Bijou stared at herself sternly in the mirror, and tucked her hammer in her sash before she went out to face the Necromancer, brushing past the kapikulu at her front door as if they were no more than cords of hanging coins and crystals.

Kaulas came with her bone raven on his shoulder, as if to prove that she could wrest from him nothing that he could not take back. But she had Brazen at her side to give the lie, and jackals glared green-eyes from every shadow. Kaulas walked, his gait crisp and unhurried, and Bijou stood with her gnarled hands on her gnarled stick and watched him walk—tall and stern and as spry as if he were not easily as old as she—at the head of his army of the dead, all of them filling up the broad boulevard that led to her front door.

Bijou had something of an army behind her, as well. Brazen and his men-at-arms and his mechanicals at her left hand. The child and the jackals at her right. Her creatures arrayed behind her—the ones she had made over years past from relicts and mementos mori, and the new ones who were still-living, salvaged from Kaulas’ creeping necrosis. Ambrosius clattered at her feet, and just behind her Lazybones dragged itself over the cobblestones with a rowing motion, scratching the mirrors on its belly but determined not to be left behind.

“Kaulas,” she said, when she thought he was close enough to hear her. He was certainly close enough for the stench to carry.

He came a few strides closer before he halted, as if to prove she could not make him hesitate. No surprise there, she thought. She never could.

The jeweled insect brooches in her hair danced in anticipation. “Kaulas,” she said again. “Don’t pretend that you can’t hear me.”

In defiance of the desert, Kaulas wore black: a flapping-tailed northern coat and trousers over a crisp white shirt tied at the collar in a bow. Bijou looked at his hard-planed cheeks, the sagging line of what had been a beautiful jaw. She had had one of her own, once upon a time. She might have lifted a hand to brush her wattled throat, but she would not give Kaulas the satisfaction of seeing her fidget.

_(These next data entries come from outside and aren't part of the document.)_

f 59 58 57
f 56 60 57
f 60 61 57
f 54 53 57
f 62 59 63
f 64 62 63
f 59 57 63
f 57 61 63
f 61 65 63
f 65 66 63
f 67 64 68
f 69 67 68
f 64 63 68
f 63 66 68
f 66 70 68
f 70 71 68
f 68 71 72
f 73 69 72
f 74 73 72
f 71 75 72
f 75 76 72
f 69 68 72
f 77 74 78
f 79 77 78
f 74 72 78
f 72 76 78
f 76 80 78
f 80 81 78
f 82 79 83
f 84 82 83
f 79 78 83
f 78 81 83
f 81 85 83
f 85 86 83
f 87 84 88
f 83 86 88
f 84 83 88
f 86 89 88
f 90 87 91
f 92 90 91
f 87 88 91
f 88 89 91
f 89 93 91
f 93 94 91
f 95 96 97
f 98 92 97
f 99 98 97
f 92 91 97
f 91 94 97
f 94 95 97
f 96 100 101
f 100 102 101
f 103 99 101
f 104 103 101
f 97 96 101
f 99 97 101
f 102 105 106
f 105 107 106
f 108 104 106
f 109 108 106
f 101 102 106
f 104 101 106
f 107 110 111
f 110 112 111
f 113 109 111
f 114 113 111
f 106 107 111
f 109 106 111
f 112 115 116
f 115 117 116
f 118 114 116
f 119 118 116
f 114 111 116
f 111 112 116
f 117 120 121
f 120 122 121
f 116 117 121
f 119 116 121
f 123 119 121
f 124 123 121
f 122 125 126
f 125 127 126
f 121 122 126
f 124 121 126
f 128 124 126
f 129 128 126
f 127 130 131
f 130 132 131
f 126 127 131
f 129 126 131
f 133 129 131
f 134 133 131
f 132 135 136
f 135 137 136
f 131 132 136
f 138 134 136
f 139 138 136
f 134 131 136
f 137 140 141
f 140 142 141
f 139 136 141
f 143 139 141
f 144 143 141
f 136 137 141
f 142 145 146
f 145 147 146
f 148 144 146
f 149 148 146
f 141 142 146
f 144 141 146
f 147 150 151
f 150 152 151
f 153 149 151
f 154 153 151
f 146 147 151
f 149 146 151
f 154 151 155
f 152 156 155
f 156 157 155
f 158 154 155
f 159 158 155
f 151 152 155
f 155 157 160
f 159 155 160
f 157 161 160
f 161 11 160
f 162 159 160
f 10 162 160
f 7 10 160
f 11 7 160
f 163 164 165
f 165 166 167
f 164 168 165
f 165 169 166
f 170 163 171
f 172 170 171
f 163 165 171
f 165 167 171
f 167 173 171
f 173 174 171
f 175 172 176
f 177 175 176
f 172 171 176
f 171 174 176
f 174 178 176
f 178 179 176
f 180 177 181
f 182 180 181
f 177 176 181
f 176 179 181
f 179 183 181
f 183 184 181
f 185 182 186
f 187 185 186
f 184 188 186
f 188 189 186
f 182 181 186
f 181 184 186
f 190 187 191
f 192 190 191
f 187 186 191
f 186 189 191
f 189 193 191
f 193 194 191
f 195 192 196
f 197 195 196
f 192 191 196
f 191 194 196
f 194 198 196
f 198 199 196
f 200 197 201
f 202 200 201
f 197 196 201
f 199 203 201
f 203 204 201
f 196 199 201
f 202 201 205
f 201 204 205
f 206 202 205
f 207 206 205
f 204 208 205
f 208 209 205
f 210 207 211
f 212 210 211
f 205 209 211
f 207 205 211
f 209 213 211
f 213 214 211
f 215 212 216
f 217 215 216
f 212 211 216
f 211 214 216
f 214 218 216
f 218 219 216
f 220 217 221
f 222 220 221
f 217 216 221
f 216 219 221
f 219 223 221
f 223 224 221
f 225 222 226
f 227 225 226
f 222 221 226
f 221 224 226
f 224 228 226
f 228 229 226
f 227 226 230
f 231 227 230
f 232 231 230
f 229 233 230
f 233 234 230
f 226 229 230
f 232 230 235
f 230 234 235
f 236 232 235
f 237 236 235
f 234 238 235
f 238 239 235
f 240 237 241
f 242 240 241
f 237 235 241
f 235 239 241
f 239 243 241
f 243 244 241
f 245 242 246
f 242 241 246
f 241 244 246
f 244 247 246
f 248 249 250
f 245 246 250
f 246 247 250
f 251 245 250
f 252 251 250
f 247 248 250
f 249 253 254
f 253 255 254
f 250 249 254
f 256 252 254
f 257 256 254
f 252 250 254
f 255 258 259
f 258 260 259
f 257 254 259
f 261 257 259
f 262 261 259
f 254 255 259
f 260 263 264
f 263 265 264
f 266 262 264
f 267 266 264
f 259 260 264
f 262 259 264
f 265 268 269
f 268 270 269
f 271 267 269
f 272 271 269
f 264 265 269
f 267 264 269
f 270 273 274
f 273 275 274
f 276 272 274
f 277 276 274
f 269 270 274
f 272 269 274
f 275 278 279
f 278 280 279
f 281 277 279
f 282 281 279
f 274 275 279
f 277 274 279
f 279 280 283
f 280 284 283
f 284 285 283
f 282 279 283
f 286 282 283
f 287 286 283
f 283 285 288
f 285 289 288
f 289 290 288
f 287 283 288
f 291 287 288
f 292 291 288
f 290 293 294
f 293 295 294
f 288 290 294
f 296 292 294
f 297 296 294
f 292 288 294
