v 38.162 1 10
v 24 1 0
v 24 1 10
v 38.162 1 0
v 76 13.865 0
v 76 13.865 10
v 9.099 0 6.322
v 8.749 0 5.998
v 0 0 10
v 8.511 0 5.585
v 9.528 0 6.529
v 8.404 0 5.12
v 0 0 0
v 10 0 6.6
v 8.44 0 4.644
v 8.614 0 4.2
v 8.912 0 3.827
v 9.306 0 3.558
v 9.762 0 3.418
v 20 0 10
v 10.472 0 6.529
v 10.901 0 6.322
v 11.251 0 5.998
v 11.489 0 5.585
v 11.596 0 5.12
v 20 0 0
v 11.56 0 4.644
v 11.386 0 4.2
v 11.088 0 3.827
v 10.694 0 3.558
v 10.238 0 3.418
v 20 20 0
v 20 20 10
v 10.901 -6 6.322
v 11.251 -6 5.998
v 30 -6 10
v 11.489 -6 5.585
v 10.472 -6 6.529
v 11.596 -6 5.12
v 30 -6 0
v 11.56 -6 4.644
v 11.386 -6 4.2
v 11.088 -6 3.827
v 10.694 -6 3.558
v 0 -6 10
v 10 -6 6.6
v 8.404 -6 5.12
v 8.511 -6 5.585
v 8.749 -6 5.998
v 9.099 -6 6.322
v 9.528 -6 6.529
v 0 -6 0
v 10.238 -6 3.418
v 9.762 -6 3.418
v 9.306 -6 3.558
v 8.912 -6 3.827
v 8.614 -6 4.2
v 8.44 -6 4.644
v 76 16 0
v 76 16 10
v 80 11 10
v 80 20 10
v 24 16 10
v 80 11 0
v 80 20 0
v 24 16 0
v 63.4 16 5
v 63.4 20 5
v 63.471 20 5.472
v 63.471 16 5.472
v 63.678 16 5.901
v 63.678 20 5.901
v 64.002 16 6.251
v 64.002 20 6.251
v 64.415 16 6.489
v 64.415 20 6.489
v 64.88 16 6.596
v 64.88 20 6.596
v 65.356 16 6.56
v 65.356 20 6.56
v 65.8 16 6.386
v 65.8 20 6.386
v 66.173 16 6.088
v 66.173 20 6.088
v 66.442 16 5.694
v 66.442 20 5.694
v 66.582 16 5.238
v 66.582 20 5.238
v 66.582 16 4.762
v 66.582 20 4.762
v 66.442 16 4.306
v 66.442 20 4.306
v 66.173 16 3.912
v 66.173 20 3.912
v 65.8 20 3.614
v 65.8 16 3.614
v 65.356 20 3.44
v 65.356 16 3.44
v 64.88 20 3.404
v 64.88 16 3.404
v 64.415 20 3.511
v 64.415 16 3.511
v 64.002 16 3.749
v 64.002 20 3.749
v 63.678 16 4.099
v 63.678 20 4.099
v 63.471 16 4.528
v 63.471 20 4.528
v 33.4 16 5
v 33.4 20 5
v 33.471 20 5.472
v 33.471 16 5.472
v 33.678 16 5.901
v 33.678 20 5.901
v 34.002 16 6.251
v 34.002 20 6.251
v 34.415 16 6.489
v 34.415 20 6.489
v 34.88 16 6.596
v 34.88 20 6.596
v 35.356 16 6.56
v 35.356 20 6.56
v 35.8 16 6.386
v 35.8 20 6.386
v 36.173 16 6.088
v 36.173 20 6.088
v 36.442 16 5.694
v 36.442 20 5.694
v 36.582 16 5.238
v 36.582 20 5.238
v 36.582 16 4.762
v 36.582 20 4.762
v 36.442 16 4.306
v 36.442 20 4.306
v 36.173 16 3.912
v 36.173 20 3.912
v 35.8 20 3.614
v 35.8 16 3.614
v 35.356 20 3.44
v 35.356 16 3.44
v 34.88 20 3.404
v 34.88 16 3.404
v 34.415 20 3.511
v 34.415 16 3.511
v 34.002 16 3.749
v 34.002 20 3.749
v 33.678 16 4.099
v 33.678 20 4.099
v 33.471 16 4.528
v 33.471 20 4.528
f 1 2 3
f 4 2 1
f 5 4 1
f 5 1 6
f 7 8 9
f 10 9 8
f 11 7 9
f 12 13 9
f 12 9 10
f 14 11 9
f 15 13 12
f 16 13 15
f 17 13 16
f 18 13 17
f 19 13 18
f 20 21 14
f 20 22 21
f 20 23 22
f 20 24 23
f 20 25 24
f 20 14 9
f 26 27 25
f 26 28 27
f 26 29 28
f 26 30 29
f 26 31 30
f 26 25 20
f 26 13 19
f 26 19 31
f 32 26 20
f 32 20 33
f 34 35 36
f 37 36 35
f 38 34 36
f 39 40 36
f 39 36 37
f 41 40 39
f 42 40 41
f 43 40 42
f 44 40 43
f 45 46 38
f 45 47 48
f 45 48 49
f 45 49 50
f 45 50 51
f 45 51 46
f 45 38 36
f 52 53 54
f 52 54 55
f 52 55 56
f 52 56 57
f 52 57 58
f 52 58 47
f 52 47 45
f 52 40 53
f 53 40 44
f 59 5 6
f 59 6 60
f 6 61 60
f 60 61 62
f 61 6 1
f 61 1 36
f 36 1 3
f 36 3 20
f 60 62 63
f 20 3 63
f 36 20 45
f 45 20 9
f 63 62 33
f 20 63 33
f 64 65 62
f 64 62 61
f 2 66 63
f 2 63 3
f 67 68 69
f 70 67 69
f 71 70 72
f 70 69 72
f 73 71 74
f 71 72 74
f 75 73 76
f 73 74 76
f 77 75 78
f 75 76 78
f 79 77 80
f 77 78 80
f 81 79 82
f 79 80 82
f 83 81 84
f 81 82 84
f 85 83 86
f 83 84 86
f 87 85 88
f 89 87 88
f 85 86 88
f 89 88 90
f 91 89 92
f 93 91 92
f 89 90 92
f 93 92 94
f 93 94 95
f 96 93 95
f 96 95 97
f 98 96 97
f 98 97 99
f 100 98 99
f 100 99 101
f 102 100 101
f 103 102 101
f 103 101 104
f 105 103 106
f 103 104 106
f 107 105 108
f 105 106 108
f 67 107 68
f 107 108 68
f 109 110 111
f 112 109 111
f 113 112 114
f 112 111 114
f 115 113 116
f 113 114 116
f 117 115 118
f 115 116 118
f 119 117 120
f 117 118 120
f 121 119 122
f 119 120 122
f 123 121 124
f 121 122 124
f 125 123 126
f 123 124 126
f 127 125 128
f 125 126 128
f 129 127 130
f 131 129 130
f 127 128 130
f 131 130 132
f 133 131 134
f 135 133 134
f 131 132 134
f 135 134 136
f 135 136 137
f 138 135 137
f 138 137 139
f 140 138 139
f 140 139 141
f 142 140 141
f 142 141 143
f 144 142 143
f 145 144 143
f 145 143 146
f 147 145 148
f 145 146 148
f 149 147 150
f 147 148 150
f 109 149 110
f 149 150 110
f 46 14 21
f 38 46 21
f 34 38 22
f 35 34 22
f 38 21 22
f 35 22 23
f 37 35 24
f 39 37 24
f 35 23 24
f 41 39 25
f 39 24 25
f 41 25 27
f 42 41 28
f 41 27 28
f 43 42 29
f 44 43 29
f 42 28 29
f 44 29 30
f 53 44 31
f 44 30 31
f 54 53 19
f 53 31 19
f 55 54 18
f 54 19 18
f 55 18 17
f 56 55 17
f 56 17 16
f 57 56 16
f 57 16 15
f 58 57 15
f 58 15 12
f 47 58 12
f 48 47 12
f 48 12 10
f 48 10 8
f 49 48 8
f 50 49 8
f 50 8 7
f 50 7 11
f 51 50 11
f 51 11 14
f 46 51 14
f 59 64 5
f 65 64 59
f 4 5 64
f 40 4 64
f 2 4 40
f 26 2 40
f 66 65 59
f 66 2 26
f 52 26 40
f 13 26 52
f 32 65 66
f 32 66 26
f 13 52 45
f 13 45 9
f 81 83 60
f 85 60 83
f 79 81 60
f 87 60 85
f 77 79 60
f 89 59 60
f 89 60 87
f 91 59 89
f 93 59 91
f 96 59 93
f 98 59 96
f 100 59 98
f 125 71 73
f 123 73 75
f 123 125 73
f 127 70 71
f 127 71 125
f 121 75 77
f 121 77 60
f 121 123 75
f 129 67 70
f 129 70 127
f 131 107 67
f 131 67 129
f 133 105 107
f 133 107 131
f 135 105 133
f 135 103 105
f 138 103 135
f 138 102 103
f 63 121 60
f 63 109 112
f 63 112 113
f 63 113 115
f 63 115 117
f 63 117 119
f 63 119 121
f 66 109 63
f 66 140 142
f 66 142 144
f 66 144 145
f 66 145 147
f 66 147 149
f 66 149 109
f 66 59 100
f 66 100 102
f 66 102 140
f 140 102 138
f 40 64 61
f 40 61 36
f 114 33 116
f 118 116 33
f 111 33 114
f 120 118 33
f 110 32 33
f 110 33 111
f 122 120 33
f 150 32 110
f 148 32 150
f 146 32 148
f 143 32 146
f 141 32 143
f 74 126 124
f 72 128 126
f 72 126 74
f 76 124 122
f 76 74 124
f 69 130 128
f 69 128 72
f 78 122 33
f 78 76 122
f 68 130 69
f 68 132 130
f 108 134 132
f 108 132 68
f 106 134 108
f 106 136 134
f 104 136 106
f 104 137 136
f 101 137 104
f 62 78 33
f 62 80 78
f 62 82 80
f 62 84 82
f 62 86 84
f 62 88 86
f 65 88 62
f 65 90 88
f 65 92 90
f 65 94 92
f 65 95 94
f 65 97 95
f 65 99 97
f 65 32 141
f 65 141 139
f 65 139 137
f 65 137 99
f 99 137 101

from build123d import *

# Parameters (mm, degrees)
EXTRUDE_1_DEPTH     = 10
SKETCH_2_R          = 1.6
CUT_EXTRUDE_1_DEPTH = 84.066238629
SKETCH_3_R          = 1.6
CUT_EXTRUDE_2_DEPTH = 4


with BuildPart() as part:
    # 草图1 → 凸台-拉伸1 (new body)
    with BuildSketch(Plane.XY):
        Polygon((0, 0), (20, 0), (20, 20), (80, 20), (80, 11), (30, -6), (0, -6), align=None)
        Polygon((24, 16), (24, 1), (38.162121481, 1), (76, 13.864878696), (76, 16), align=None, mode=Mode.SUBTRACT)
    extrude(amount=EXTRUDE_1_DEPTH)

    # 草图2 → 切除-拉伸1 (cut, through all)
    with BuildSketch(Plane(origin=(0, 0, 0), x_dir=(1, 0, 0), z_dir=(0, 1, 0))):
        with Locations(Location((10, -5, 0), (0, 0, 270))):
            Circle(SKETCH_2_R)
    extrude(amount=-CUT_EXTRUDE_1_DEPTH, mode=Mode.SUBTRACT)

    # 草图3 → 切除-拉伸2 (cut)
    with BuildSketch(Plane(origin=(0, 20, 0), x_dir=(1, 0, 0), z_dir=(0, 1, 0))):
        with Locations(Location((65, -5, 0), (0, 0, 180))):
            Circle(SKETCH_3_R)
        with Locations(Location((35, -5, 0), (0, 0, 180))):
            Circle(SKETCH_3_R)
    extrude(amount=-CUT_EXTRUDE_2_DEPTH, mode=Mode.SUBTRACT)


solid = part.part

“Well,” she said, “You have my attention. For once. What did you plan to do with it?”

“Keep it,” he said.

One bony hand made an elegant gesture, and something came forward from the press of animate dead behind him. A woman, Bijou thought at first. Though she came walking slowly, veiled as if against the desert dust and heat, Bijou knew her walk. Though it had been a sorcerer’s lifetime since Bijou bid her farewell, she knew the tilt of her head.